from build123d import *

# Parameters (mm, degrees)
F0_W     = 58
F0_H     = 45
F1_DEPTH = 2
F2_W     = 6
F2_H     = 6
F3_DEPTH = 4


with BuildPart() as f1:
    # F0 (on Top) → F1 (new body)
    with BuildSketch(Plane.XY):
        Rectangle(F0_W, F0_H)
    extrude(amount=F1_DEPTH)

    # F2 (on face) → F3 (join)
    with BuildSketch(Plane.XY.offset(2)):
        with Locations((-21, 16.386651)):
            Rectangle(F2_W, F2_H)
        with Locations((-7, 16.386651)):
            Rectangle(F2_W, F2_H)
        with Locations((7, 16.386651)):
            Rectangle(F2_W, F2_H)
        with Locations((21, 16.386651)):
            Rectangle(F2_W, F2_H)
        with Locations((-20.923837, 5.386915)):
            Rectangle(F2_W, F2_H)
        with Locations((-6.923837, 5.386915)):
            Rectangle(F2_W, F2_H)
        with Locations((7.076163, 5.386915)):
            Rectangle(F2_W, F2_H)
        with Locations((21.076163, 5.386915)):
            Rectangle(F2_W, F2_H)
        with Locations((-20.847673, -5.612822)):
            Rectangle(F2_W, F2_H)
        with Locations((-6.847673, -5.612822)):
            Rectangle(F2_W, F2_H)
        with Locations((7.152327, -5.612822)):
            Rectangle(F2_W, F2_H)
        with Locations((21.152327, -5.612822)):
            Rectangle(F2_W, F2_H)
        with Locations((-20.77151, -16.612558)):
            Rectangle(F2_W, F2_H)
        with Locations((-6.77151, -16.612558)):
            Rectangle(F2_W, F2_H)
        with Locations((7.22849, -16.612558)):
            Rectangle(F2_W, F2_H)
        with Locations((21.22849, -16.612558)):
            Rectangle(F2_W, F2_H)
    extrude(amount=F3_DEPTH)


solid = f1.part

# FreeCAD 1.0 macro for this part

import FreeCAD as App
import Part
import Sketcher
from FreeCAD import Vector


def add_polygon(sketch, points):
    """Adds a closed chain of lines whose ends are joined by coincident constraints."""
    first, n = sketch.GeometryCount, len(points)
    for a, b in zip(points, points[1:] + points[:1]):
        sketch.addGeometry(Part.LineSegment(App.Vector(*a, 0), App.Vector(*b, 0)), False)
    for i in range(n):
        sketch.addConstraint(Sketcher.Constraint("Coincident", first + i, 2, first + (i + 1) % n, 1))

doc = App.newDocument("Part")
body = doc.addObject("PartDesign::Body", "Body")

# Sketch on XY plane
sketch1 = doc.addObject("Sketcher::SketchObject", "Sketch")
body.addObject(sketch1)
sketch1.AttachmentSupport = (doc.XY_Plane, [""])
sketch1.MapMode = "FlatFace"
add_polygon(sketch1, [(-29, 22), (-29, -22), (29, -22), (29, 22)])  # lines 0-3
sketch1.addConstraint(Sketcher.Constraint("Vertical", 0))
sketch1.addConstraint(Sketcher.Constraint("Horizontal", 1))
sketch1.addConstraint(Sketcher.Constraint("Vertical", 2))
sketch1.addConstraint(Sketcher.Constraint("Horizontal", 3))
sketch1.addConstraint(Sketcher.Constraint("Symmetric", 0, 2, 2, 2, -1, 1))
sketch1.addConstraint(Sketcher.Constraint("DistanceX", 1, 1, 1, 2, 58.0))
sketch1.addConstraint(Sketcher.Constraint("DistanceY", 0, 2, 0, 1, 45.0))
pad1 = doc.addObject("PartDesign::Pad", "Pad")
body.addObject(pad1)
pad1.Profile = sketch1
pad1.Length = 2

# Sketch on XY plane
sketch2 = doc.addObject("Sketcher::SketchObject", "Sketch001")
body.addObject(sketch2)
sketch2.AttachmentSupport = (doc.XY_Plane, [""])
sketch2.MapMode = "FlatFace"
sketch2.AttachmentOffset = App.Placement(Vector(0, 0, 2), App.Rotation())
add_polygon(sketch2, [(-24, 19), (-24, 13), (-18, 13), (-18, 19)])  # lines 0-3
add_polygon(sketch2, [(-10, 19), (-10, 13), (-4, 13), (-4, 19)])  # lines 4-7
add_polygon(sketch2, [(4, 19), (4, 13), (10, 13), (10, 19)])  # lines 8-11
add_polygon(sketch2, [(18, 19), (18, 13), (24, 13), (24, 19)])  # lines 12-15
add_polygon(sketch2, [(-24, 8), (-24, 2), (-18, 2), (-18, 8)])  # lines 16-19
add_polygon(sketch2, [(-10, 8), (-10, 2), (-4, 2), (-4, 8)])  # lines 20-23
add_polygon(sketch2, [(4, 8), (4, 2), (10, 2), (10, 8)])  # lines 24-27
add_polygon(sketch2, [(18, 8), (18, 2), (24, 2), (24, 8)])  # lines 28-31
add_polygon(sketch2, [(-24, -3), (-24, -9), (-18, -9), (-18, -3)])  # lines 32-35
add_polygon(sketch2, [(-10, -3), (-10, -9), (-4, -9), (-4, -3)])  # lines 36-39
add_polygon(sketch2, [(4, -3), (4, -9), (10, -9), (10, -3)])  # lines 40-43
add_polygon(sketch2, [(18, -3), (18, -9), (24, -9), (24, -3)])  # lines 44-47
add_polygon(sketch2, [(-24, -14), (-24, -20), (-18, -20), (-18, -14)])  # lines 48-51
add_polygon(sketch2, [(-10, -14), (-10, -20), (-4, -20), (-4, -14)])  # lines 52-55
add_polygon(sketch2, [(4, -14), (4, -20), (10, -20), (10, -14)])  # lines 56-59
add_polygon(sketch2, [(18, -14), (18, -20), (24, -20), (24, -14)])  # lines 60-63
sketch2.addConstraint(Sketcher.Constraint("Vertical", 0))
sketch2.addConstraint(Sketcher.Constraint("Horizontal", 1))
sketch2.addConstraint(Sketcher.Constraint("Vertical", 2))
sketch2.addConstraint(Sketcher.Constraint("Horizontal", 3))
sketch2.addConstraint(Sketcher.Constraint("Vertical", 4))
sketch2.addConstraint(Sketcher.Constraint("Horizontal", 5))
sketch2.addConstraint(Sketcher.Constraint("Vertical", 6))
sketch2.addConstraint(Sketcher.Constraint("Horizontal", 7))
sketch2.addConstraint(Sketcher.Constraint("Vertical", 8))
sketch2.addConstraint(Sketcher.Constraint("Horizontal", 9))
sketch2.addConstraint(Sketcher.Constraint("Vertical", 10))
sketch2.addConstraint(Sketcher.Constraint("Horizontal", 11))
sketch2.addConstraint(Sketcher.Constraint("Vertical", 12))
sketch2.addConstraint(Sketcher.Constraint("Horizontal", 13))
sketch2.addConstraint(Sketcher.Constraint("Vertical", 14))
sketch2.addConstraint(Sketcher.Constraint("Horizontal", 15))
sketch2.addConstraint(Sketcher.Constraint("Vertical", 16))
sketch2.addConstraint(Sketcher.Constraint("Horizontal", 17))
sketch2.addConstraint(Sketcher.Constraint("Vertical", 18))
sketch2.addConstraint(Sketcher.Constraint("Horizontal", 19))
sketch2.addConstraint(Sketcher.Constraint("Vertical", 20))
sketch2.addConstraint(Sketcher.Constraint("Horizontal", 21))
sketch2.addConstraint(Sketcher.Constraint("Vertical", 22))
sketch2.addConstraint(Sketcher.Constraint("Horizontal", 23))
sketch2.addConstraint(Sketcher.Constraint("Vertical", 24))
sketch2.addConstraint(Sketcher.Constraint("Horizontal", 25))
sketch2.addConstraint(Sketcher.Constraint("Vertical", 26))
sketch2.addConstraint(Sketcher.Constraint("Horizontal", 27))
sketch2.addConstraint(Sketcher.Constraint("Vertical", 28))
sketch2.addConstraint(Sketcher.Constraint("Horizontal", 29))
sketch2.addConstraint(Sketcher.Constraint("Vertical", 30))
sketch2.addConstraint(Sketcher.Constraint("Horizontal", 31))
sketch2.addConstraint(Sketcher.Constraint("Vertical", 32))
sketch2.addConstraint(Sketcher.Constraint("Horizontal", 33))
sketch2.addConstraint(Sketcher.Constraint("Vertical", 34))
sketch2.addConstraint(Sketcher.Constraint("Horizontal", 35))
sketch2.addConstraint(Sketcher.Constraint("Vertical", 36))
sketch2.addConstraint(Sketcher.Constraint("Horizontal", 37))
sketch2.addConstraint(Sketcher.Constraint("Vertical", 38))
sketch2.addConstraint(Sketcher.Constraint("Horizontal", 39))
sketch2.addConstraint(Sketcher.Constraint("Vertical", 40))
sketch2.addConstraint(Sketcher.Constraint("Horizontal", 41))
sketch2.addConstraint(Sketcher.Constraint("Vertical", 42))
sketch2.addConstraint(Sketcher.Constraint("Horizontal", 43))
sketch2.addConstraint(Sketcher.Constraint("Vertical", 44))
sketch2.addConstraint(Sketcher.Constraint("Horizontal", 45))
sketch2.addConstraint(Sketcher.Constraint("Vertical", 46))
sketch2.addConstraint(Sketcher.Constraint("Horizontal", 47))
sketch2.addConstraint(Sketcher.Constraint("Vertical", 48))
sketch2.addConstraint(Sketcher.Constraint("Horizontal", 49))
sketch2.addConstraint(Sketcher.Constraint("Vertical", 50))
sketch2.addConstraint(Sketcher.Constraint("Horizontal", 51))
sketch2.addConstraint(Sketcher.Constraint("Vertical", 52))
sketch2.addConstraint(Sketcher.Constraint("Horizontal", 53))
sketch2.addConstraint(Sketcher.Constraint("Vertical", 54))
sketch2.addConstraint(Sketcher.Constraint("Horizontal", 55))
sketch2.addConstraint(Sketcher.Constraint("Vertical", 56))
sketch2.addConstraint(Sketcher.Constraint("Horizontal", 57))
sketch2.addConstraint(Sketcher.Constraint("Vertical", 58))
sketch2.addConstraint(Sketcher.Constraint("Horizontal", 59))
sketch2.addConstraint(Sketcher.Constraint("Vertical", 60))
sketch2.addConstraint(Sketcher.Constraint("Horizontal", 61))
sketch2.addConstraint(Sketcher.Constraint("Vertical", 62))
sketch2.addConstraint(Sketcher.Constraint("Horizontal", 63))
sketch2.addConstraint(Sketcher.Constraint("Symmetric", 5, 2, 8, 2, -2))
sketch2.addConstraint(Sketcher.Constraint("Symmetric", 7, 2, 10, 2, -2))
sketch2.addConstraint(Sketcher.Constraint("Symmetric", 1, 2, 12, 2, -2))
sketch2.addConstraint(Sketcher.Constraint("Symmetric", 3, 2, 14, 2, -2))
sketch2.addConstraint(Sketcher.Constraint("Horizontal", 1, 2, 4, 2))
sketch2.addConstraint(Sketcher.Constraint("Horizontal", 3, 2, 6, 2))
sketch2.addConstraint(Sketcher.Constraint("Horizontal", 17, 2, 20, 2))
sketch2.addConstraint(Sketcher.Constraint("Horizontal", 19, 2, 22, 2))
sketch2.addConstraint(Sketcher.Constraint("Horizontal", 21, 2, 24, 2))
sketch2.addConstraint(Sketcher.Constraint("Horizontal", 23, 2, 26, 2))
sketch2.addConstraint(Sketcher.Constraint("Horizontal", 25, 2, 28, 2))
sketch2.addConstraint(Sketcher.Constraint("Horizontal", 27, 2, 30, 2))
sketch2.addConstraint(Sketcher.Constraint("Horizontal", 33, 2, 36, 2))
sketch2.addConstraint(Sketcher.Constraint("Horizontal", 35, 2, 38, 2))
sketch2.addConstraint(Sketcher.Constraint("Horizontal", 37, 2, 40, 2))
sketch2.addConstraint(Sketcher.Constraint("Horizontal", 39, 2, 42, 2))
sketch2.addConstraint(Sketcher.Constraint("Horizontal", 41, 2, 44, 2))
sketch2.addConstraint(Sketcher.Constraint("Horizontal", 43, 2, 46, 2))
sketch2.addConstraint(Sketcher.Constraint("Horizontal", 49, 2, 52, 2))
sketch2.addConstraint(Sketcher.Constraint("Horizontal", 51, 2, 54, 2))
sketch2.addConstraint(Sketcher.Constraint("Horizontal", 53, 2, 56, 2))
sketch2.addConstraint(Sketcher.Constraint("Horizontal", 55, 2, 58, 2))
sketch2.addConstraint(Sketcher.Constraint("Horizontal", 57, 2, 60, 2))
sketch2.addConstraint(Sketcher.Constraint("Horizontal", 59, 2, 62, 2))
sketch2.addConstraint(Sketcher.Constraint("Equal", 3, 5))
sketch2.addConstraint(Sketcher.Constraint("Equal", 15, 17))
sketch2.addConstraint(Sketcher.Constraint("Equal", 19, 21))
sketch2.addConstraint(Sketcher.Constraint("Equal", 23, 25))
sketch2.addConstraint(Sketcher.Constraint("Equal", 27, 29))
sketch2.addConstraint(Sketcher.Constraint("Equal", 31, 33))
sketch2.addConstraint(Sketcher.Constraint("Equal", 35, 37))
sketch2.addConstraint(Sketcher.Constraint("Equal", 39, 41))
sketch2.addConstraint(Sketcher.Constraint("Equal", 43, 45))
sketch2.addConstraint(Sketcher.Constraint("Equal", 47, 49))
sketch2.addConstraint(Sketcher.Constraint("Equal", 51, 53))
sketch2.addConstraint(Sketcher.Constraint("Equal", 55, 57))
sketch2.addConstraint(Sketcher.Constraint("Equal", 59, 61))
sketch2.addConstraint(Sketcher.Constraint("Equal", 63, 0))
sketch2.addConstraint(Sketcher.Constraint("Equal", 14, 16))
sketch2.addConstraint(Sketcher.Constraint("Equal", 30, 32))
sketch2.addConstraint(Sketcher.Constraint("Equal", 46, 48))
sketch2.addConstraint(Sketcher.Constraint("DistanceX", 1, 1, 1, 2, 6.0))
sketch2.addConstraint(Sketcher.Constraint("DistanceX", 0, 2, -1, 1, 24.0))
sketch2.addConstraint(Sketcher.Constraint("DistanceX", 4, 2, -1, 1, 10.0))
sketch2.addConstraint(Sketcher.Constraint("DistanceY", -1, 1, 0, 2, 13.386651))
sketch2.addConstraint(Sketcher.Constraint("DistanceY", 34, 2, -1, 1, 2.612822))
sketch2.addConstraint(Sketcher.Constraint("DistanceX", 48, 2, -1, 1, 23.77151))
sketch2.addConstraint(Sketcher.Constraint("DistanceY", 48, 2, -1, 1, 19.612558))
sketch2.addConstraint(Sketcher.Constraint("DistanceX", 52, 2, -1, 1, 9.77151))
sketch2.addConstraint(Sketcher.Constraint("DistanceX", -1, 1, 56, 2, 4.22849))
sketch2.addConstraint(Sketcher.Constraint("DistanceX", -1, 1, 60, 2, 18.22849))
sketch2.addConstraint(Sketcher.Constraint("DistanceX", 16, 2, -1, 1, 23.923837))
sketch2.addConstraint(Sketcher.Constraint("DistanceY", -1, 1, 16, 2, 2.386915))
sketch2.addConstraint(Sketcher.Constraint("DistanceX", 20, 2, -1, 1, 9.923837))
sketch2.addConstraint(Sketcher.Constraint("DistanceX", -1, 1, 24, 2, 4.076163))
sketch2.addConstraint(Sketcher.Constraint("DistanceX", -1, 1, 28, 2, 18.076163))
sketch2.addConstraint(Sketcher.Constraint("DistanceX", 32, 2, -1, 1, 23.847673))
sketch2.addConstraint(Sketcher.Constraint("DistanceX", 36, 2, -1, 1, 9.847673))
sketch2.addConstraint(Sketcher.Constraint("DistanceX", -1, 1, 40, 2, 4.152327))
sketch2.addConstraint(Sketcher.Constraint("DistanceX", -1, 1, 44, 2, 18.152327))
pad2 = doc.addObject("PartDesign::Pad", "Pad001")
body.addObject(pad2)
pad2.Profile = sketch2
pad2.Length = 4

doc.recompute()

____________

Problem to work on:
Whenever the string "amount" occurs in a line of the entries above, copy that line.

Answer area:
    extrude(amount=F1_DEPTH)
    extrude(amount=F3_DEPTH)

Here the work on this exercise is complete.